To get this fixed we will have to recreate the pod.
[dcooley@lynx: ~/git/kind-cilium] ✔
19:01 $ kubectl delete -f manifests/static/echo-kind-worker3.yaml
pod "echo-kind-worker3" deleted
[dcooley@lynx: ~/git/kind-cilium] ✔
19:01 $ ^delete^apply
kubectl apply -f manifests/static/echo-kind-worker3.yaml
pod/echo-kind-worker3 created
and test it with curl
19:01 $ curl 172.17.0.3
Welcome to echo-server! Here's what I know.
> Head to /ws for interactive websocket echo!
-> My hostname is: echo-kind-worker3
-> Requesting IP: 172.17.0.1:60670
-> Request Headers |
HTTP/1.1 GET /
Host: 172.17.0.3
Accept: */*
User-Agent: curl/7.58.0
-> Response Headers |
Content-Type: text/plain
X-Real-Server: echo-server
> Note that you may also see "Transfer-Encoding" and "Date"!
-> My environment |
ADD_HEADERS={"X-Real-Server": "echo-server"}
HOME=/
HOSTNAME=echo-kind-worker3
KUBERNETES_PORT=tcp://10.96.0.1:443
KUBERNETES_PORT_443_TCP=tcp://10.96.0.1:443
KUBERNETES_PORT_443_TCP_ADDR=10.96.0.1
KUBERNETES_PORT_443_TCP_PORT=443
KUBERNETES_PORT_443_TCP_PROTO=tcp
KUBERNETES_SERVICE_HOST=10.96.0.1
KUBERNETES_SERVICE_PORT=443
KUBERNETES_SERVICE_PORT_HTTPS=443
PATH=/usr/local/sbin:/usr/local/bin:/usr/sbin:/usr/bin:/sbin:/bin
PORT=8080
SSLPORT=8443
-> Contents of /etc/resolv.conf |
nameserver 10.96.0.10
search default.svc.cluster.local svc.cluster.local cluster.local
options ndots:5
-> Contents of /etc/hosts |
# Kubernetes-managed hosts file.
127.0.0.1 localhost
::1 localhost ip6-localhost ip6-loopback
fe00::0 ip6-localnet
fe00::0 ip6-mcastprefix
fe00::1 ip6-allnodes
fe00::2 ip6-allrouters
192.168.1.32 echo-kind-worker3
-> And that's the way it is 2019-05-01 02:02:02.738023446 +0000 UTC
// Thanks for using echo-server, a project by Mario Loria (InAnimaTe).

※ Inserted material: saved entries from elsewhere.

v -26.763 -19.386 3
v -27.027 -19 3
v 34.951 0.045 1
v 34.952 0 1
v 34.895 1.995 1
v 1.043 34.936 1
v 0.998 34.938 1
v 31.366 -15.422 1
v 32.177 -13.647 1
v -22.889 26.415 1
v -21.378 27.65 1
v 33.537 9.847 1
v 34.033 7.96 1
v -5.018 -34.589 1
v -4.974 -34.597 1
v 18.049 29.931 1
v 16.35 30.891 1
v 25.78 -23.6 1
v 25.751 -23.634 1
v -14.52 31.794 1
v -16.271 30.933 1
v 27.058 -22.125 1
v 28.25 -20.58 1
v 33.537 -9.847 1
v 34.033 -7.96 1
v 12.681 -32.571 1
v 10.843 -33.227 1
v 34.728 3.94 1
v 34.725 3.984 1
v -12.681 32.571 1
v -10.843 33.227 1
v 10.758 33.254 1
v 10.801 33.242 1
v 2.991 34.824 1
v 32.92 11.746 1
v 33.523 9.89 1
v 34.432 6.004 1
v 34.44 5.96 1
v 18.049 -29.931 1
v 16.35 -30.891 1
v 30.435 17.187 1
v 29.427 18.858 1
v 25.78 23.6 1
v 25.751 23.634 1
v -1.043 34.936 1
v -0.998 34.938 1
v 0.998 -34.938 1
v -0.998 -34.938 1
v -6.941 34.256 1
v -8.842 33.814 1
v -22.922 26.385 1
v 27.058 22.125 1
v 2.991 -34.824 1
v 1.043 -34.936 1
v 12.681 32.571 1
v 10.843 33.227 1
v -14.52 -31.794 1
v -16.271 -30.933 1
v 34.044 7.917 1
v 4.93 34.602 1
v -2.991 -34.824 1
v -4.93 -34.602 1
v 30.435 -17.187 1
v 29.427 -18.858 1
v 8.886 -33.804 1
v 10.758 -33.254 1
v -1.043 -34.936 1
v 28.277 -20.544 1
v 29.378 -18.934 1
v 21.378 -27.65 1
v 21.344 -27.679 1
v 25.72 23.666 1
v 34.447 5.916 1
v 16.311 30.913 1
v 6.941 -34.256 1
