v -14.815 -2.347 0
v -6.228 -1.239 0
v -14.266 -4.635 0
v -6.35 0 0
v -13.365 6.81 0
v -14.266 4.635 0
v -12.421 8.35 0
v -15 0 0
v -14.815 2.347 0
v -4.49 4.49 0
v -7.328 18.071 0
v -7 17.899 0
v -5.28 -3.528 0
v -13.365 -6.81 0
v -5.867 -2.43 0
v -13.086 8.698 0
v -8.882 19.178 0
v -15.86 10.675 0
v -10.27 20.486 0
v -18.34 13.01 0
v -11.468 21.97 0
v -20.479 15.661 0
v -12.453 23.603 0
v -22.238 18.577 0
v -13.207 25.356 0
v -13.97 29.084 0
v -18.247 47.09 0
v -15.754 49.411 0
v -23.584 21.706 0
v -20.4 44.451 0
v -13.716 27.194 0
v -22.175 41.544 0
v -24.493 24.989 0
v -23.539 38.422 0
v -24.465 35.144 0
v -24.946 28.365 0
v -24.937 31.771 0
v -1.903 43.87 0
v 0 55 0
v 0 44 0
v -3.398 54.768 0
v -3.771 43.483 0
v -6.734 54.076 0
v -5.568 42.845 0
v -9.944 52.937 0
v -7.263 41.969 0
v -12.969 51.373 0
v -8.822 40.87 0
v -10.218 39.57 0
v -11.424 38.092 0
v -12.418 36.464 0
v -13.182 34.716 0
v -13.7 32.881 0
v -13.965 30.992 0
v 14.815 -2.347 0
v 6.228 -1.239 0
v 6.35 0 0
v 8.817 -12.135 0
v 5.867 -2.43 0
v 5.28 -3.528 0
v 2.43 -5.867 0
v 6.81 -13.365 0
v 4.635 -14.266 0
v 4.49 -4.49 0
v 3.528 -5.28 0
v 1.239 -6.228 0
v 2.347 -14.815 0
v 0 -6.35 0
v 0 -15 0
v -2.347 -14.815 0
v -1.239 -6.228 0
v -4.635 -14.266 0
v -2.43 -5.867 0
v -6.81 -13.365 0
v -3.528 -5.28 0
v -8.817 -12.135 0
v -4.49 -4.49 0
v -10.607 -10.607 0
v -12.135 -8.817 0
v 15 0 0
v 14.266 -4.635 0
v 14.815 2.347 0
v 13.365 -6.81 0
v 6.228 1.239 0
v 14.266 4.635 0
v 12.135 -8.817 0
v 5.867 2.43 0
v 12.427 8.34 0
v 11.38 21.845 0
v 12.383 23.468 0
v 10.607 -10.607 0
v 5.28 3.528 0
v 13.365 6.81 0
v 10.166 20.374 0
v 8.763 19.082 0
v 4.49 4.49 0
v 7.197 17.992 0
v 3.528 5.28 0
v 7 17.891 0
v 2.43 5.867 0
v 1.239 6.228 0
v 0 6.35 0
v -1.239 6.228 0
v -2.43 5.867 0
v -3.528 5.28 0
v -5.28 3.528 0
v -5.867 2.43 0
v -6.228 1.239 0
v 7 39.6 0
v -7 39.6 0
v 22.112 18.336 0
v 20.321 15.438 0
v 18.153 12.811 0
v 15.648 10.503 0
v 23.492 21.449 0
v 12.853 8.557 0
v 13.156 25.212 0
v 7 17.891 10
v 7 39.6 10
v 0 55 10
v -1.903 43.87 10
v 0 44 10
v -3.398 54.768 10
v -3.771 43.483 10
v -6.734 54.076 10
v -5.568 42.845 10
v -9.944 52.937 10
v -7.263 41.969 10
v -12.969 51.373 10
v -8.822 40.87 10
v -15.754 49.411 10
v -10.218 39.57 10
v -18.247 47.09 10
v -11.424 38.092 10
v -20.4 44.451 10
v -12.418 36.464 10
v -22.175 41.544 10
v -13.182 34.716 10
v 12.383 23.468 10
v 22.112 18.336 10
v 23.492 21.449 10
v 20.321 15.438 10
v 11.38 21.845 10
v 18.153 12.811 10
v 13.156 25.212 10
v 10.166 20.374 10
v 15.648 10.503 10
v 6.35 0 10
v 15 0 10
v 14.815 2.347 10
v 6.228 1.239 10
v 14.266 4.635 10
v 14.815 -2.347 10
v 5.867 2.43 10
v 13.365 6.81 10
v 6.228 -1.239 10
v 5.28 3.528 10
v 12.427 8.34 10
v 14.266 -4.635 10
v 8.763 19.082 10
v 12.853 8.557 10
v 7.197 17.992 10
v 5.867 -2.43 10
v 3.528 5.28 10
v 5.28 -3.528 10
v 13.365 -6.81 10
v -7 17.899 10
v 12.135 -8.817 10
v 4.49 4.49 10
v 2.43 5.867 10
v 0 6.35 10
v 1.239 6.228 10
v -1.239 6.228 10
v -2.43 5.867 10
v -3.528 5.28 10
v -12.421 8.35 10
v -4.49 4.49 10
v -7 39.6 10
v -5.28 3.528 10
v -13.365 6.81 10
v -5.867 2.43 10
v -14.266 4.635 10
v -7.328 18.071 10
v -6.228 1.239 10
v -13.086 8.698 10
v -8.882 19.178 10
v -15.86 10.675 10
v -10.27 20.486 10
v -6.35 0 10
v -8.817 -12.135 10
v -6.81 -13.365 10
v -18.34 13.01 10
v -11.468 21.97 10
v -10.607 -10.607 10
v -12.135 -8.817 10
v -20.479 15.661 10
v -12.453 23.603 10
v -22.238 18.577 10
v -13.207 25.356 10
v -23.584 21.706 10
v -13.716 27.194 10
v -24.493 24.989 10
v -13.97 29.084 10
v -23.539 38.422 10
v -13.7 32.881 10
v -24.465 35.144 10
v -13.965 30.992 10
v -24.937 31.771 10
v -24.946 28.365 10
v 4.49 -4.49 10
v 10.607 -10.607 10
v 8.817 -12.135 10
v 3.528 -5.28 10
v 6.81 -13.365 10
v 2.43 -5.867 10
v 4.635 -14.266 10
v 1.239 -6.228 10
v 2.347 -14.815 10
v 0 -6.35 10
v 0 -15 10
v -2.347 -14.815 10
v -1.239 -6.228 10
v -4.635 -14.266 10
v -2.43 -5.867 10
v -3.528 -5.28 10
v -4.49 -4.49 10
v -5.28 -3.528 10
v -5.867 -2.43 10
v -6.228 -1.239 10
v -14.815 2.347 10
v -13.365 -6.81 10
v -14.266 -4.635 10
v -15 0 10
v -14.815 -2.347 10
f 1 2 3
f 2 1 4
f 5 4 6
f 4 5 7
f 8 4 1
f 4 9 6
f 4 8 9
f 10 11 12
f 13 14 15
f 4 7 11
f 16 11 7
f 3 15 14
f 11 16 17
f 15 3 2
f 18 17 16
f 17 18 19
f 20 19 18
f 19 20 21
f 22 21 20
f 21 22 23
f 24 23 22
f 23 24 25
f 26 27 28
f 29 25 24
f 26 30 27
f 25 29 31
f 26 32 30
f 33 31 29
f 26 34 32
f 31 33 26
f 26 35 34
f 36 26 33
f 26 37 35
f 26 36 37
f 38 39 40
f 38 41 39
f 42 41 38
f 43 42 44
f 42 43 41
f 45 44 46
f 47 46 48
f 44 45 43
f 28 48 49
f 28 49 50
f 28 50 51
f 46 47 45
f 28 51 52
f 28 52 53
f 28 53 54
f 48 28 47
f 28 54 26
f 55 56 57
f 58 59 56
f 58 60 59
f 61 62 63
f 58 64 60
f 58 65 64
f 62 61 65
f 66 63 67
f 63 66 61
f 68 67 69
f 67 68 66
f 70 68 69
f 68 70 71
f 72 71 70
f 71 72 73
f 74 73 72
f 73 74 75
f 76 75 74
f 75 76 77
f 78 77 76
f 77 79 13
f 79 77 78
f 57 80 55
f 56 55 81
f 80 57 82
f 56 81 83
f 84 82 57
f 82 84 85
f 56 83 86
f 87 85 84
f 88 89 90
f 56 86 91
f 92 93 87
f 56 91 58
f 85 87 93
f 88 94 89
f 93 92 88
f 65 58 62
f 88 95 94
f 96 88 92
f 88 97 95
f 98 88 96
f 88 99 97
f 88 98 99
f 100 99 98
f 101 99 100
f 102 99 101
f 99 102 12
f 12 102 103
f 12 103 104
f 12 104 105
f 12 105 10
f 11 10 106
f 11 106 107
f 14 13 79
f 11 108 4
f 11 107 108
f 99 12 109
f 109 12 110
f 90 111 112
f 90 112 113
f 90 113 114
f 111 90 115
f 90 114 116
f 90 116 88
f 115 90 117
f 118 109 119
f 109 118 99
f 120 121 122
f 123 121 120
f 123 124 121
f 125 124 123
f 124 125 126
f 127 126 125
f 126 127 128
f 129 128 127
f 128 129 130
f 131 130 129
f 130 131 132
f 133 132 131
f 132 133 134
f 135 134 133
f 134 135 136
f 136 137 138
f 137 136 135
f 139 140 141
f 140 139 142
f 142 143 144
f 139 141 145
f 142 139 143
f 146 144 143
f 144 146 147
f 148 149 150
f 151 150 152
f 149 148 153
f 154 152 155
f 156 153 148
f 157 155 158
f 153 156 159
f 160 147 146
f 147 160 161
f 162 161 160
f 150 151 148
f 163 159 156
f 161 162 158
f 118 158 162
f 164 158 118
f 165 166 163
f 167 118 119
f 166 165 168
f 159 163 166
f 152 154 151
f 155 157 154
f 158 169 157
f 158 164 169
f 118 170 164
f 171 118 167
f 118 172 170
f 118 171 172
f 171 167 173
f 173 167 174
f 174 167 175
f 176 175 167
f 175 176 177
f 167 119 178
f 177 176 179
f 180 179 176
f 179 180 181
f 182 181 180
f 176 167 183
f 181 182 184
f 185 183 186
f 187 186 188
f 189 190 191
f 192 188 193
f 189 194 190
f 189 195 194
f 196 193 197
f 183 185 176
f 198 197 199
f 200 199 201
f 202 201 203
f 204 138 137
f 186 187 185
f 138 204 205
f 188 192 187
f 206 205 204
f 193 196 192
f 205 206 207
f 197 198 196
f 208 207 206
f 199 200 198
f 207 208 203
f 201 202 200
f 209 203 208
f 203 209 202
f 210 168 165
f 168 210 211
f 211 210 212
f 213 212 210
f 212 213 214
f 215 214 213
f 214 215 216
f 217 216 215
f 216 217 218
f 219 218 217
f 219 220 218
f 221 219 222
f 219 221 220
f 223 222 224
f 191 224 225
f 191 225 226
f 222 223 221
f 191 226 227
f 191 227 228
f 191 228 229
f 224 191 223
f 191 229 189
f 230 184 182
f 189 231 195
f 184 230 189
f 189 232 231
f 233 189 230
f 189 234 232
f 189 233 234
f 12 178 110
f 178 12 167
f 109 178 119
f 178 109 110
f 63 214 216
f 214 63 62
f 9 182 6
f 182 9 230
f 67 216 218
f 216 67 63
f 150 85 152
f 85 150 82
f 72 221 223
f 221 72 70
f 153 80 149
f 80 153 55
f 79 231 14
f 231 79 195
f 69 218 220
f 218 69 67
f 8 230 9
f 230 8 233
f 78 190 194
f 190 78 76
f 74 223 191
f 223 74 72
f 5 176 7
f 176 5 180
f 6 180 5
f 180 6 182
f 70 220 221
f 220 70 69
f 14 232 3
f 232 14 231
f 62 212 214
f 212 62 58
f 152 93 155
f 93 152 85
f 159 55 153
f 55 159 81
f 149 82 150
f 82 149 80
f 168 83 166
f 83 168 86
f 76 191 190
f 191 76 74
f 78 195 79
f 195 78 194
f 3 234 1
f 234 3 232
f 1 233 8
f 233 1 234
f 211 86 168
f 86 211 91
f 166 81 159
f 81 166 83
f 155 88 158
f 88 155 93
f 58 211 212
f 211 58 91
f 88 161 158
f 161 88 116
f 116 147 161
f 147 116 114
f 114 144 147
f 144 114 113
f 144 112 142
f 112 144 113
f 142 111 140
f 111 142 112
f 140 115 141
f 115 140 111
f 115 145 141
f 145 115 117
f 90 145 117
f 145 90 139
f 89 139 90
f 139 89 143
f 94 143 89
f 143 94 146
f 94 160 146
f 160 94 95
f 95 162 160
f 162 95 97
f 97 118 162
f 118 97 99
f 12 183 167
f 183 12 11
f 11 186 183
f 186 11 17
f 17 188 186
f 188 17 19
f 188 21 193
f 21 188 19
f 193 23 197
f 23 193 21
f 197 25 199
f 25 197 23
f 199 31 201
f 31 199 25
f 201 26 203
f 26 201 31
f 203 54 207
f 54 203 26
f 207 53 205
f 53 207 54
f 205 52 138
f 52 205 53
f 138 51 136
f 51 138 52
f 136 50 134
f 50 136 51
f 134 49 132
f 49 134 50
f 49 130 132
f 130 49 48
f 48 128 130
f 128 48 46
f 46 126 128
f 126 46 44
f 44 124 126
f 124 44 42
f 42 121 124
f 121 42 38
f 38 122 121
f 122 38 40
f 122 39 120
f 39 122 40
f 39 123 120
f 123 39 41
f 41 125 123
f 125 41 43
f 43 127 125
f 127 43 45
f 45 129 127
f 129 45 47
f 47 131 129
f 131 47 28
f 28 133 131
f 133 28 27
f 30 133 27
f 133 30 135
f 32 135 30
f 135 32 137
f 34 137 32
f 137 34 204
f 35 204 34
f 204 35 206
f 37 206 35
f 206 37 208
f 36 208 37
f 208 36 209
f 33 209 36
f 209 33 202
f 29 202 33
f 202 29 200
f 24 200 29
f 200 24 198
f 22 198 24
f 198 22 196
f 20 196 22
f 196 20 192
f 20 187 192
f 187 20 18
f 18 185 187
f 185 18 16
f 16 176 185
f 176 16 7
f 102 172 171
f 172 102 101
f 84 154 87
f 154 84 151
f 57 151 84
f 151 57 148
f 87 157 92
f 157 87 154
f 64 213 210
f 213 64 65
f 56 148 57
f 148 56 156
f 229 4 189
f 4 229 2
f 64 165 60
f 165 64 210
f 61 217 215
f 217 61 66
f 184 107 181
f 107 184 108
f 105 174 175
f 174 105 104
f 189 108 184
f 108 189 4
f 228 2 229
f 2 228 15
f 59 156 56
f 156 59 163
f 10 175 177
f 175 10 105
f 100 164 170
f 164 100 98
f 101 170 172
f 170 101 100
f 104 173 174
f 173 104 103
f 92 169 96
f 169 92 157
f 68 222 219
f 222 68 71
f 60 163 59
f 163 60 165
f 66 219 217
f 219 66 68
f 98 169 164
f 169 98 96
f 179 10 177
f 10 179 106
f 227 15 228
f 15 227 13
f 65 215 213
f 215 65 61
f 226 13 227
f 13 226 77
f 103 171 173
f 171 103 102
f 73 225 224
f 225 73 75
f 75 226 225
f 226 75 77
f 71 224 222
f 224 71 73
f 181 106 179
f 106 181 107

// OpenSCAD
$fn = 32;

// ----------------------------------------------------------------------
// Hook: 60 mm shank into a 14 mm curl, 10 mm thick
// ----------------------------------------------------------------------

// --- parameters (mm) ---
shank_len = 60;           // shank length from the boss centre
shank_w = 14;             // shank width
boss_d = 30;              // boss diameter
bore_d = 12.7;            // boss bore
curl_in = 14;             // curl inner radius
curl_out = 25;            // curl outer radius
curl_sweep = 250;         // curl sweep angle
hook_t = 10;              // hook thickness

shank_profile = [[-7, 39.6], [7, 39.6], [7, 13], [-7, 13]];
boss_profile = [[15, 0], [14.815, 2.347], [14.266, 4.635], [13.365, 6.81], [12.135, 8.817], [10.607, 10.607], [8.817, 12.135], [6.81, 13.365], [4.635, 14.266], [2.347, 14.815], [0, 15], [-2.347, 14.815], [-4.635, 14.266], [-6.81, 13.365], [-8.817, 12.135], [-10.607, 10.607], [-12.135, 8.817], [-13.365, 6.81], [-14.266, 4.635], [-14.815, 2.347], [-15, 0], [-14.815, -2.347], [-14.266, -4.635], [-13.365, -6.81], [-12.135, -8.817], [-10.607, -10.607], [-8.817, -12.135], [-6.81, -13.365], [-4.635, -14.266], [-2.347, -14.815], [0, -15], [2.347, -14.815], [4.635, -14.266], [6.81, -13.365], [8.817, -12.135], [10.607, -10.607], [12.135, -8.817], [13.365, -6.81], [14.266, -4.635], [14.815, -2.347]];
curl_profile = [[0, 55], [-3.398, 54.768], [-6.734, 54.076], [-9.944, 52.937], [-12.969, 51.373], [-15.754, 49.411], [-18.247, 47.09], [-20.4, 44.451], [-22.175, 41.544], [-23.539, 38.422], [-24.465, 35.144], [-24.937, 31.771], [-24.946, 28.365], [-24.493, 24.989], [-23.584, 21.706], [-22.238, 18.577], [-20.479, 15.661], [-18.34, 13.01], [-15.86, 10.675], [-13.086, 8.698], [-10.069, 7.117], [-6.865, 5.961], [-3.533, 5.251], [-0.136, 5], [3.263, 5.214], [6.602, 5.888], [9.818, 7.009], [12.853, 8.557], [15.648, 10.503], [18.153, 12.811], [20.321, 15.438], [22.112, 18.336], [23.492, 21.449], [13.156, 25.212], [12.383, 23.468], [11.38, 21.845], [10.166, 20.374], [8.763, 19.082], [7.197, 17.992], [5.498, 17.125], [3.697, 16.497], [1.827, 16.12], [-0.076, 16], [-1.979, 16.141], [-3.844, 16.538], [-5.638, 17.186], [-7.328, 18.071], [-8.882, 19.178], [-10.27, 20.486], [-11.468, 21.97], [-12.453, 23.603], [-13.207, 25.356], [-13.716, 27.194], [-13.97, 29.084], [-13.965, 30.992], [-13.7, 32.881], [-13.182, 34.716], [-12.418, 36.464], [-11.424, 38.092], [-10.218, 39.57], [-8.822, 40.87], [-7.263, 41.969], [-5.568, 42.845], [-3.771, 43.483], [-1.903, 43.87], [0, 44]];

// https://github.com/inanimate/echo-server
// https://hub.docker.com/r/inanimate/echo-server
We have shown a couple of interesting ways to break and fix a cluster that relies on cilium and the cni plugin portmap.
Thanks!
Duffie Cooley @mauilion in most places.